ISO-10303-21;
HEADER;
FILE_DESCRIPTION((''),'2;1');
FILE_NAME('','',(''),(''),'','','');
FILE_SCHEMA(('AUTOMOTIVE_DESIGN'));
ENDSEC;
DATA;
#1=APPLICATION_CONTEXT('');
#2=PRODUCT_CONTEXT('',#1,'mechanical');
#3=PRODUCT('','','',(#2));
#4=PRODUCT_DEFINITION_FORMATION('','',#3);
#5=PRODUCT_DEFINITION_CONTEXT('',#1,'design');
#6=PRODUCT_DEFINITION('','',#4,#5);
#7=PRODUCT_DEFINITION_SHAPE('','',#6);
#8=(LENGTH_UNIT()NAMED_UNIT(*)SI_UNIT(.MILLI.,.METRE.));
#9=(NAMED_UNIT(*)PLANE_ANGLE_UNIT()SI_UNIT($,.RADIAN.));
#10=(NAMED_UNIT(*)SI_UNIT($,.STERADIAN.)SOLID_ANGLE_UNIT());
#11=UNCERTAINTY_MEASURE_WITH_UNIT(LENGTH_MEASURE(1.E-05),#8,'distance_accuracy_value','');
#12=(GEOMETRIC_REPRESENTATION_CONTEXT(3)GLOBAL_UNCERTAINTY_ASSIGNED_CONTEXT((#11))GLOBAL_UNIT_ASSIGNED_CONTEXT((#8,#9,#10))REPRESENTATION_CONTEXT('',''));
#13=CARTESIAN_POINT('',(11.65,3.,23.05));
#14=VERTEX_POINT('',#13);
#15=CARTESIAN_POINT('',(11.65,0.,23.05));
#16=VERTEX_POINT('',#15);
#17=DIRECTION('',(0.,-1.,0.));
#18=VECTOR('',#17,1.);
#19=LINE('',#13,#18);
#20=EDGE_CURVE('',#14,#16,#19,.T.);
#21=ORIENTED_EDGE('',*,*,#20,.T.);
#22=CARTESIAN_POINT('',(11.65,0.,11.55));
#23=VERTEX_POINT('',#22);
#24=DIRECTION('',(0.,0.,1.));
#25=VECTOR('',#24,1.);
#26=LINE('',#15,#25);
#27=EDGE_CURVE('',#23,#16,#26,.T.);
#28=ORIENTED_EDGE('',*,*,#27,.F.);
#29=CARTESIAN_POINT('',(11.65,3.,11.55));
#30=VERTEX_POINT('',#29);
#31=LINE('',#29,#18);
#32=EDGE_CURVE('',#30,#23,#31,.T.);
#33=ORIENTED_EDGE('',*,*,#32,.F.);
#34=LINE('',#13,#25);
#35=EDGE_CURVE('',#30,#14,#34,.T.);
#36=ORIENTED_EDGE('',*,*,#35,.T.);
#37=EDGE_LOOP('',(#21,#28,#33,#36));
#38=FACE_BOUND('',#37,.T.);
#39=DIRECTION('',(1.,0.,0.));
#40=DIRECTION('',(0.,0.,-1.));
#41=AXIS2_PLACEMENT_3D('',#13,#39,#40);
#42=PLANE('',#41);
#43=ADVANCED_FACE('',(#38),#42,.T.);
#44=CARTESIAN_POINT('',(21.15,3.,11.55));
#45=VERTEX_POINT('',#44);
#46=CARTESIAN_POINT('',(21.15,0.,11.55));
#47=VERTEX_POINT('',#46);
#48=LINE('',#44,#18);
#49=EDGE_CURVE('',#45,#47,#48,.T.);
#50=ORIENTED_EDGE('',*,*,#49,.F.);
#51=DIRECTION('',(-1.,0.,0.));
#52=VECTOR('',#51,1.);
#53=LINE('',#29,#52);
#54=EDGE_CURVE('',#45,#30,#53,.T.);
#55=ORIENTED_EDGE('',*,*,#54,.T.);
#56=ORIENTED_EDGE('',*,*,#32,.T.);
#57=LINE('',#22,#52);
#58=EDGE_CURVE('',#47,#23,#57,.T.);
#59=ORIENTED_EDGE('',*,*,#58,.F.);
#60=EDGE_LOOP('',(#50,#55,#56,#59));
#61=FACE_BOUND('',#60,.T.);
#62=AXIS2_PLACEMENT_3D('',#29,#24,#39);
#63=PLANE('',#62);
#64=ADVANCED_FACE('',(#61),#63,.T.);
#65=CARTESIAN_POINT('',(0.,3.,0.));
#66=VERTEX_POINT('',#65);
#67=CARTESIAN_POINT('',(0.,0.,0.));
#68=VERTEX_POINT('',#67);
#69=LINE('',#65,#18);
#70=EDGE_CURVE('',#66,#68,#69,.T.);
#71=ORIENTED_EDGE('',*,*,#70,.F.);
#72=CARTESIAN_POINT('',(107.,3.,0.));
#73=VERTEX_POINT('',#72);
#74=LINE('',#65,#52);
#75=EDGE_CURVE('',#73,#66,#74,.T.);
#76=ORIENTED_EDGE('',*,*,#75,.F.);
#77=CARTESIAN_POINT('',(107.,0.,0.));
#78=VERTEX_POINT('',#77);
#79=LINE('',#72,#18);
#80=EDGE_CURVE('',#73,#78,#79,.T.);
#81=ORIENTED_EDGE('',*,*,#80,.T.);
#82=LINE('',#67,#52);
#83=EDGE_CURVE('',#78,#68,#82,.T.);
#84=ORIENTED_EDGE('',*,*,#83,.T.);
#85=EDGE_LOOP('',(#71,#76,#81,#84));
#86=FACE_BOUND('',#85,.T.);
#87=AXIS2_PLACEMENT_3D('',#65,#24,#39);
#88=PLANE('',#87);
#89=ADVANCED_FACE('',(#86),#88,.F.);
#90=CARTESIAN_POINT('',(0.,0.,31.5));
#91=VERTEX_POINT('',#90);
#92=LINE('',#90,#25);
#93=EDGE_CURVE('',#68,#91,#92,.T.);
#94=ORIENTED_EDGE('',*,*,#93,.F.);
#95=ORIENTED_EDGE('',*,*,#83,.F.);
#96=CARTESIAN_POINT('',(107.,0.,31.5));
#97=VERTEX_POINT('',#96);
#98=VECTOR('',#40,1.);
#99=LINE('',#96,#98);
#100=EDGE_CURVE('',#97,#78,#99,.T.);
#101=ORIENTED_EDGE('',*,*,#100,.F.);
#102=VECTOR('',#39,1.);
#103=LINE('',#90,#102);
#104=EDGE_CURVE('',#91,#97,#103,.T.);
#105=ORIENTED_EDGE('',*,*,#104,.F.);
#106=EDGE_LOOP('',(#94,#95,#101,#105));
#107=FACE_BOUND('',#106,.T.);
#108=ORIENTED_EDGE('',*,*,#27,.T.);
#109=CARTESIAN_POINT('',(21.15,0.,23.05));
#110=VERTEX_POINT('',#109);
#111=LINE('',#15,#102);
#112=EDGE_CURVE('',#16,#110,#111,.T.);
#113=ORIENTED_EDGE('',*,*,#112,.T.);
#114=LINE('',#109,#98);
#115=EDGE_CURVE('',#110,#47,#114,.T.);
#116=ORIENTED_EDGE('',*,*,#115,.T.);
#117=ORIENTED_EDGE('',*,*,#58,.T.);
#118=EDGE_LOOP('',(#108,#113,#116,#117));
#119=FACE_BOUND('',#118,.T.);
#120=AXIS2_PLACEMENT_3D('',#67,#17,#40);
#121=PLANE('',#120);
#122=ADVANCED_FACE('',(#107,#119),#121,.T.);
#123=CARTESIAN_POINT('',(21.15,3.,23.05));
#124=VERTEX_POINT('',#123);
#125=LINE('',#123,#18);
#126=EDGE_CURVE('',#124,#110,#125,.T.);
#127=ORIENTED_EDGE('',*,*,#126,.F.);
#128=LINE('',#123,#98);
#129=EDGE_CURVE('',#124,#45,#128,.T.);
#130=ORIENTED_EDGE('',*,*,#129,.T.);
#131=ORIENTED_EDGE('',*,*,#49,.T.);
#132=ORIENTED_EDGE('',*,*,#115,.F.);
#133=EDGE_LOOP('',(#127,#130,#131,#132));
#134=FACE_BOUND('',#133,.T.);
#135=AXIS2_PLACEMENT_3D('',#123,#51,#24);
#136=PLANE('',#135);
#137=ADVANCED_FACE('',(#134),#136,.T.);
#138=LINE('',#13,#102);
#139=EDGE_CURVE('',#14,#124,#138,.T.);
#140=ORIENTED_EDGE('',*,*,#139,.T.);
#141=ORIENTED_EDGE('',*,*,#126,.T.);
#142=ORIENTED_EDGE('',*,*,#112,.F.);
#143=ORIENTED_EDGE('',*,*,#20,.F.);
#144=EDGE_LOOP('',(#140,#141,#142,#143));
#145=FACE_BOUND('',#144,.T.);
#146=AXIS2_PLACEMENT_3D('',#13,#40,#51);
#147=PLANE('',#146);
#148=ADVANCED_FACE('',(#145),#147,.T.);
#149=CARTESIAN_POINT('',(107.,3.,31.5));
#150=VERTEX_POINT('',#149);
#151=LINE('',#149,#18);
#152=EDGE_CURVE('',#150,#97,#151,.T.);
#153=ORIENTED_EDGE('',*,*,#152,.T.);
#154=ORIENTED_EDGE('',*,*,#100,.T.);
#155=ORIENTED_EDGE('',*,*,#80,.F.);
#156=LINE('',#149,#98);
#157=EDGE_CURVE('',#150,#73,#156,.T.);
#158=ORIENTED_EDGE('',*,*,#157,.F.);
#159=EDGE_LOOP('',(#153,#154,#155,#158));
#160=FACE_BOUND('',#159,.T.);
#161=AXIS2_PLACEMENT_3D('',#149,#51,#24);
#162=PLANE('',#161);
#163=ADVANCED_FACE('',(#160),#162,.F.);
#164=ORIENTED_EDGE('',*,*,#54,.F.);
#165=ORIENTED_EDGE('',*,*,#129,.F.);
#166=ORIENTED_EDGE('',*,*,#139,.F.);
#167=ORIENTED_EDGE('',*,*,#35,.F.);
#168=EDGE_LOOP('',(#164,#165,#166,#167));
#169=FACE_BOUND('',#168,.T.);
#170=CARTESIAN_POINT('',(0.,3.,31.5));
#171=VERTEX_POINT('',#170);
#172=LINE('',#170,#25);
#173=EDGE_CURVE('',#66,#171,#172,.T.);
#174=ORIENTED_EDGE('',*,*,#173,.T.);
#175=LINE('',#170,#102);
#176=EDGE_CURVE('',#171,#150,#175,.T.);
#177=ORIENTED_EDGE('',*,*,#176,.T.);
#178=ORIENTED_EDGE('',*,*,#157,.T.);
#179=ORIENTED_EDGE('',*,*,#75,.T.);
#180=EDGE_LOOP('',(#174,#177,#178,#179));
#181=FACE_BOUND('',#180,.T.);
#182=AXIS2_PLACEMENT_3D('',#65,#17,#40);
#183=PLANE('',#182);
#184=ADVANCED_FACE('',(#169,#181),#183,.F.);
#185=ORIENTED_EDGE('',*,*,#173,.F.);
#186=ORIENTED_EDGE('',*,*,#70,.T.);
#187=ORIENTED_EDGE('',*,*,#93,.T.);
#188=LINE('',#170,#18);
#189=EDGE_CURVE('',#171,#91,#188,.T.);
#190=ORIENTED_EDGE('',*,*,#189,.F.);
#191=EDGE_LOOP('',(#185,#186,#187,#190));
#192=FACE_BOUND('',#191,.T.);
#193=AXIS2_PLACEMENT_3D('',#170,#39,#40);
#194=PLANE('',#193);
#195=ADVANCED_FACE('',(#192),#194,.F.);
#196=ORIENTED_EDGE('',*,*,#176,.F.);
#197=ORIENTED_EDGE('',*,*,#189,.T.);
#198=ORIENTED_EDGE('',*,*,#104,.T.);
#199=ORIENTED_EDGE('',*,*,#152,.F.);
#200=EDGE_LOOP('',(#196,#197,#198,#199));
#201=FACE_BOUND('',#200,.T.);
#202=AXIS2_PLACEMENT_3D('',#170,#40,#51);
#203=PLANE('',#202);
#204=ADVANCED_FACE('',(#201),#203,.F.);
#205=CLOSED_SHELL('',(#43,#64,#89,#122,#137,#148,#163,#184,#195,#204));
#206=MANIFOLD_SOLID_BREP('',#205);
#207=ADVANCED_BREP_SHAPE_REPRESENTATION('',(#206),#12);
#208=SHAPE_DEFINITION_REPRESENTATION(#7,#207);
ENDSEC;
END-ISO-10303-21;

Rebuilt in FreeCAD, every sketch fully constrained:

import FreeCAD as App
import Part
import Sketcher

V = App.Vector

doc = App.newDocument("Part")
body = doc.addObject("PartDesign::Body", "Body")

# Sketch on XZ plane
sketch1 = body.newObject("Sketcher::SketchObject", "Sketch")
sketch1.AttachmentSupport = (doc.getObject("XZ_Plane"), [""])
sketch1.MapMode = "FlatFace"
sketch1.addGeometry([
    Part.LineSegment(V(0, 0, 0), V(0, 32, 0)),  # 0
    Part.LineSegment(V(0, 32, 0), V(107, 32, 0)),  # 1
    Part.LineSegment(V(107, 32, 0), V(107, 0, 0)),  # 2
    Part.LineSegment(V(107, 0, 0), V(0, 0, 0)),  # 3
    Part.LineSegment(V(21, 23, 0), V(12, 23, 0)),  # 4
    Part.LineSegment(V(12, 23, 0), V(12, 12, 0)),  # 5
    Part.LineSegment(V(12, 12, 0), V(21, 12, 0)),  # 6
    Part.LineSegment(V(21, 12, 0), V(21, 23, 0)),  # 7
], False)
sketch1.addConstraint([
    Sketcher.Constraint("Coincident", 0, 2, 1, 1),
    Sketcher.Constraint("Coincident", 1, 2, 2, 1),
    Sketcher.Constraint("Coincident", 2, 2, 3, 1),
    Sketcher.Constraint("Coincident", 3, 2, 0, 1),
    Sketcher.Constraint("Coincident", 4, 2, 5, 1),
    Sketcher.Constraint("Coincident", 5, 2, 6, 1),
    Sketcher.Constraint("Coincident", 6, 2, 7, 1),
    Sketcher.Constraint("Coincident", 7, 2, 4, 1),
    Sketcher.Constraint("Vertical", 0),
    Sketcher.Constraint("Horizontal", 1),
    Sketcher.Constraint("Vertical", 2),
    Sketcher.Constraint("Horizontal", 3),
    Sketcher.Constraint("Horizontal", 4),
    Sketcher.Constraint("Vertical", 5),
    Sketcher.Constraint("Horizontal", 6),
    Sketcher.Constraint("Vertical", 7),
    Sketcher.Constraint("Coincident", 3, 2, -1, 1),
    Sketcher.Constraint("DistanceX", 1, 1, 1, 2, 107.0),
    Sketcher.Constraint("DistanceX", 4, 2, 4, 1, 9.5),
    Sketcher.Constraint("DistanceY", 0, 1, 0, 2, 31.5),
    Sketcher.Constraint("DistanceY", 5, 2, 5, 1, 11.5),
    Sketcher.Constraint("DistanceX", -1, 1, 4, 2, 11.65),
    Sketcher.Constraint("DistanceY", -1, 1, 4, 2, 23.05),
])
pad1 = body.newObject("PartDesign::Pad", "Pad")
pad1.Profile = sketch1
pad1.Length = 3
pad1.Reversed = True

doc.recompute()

--------

PROBLEM REQUIREMENTS: Going back over the entries above, copy word for word every line from the one that has "#158=ORIENTED_EDGE('',*,*,#157,.F.);" on through the one that has "#198=ORIENTED_EDGE('',*,*,#104,.T.);".

EXERCISE RESPONSE:
#158=ORIENTED_EDGE('',*,*,#157,.F.);
#159=EDGE_LOOP('',(#153,#154,#155,#158));
#160=FACE_BOUND('',#159,.T.);
#161=AXIS2_PLACEMENT_3D('',#149,#51,#24);
#162=PLANE('',#161);
#163=ADVANCED_FACE('',(#160),#162,.F.);
#164=ORIENTED_EDGE('',*,*,#54,.F.);
#165=ORIENTED_EDGE('',*,*,#129,.F.);
#166=ORIENTED_EDGE('',*,*,#139,.F.);
#167=ORIENTED_EDGE('',*,*,#35,.F.);
#168=EDGE_LOOP('',(#164,#165,#166,#167));
#169=FACE_BOUND('',#168,.T.);
#170=CARTESIAN_POINT('',(0.,3.,31.5));
#171=VERTEX_POINT('',#170);
#172=LINE('',#170,#25);
#173=EDGE_CURVE('',#66,#171,#172,.T.);
#174=ORIENTED_EDGE('',*,*,#173,.T.);
#175=LINE('',#170,#102);
#176=EDGE_CURVE('',#171,#150,#175,.T.);
#177=ORIENTED_EDGE('',*,*,#176,.T.);
#178=ORIENTED_EDGE('',*,*,#157,.T.);
#179=ORIENTED_EDGE('',*,*,#75,.T.);
#180=EDGE_LOOP('',(#174,#177,#178,#179));
#181=FACE_BOUND('',#180,.T.);
#182=AXIS2_PLACEMENT_3D('',#65,#17,#40);
#183=PLANE('',#182);
#184=ADVANCED_FACE('',(#169,#181),#183,.F.);
#185=ORIENTED_EDGE('',*,*,#173,.F.);
#186=ORIENTED_EDGE('',*,*,#70,.T.);
#187=ORIENTED_EDGE('',*,*,#93,.T.);
#188=LINE('',#170,#18);
#189=EDGE_CURVE('',#171,#91,#188,.T.);
#190=ORIENTED_EDGE('',*,*,#189,.F.);
#191=EDGE_LOOP('',(#185,#186,#187,#190));
#192=FACE_BOUND('',#191,.T.);
#193=AXIS2_PLACEMENT_3D('',#170,#39,#40);
#194=PLANE('',#193);
#195=ADVANCED_FACE('',(#192),#194,.F.);
#196=ORIENTED_EDGE('',*,*,#176,.F.);
#197=ORIENTED_EDGE('',*,*,#189,.T.);
#198=ORIENTED_EDGE('',*,*,#104,.T.);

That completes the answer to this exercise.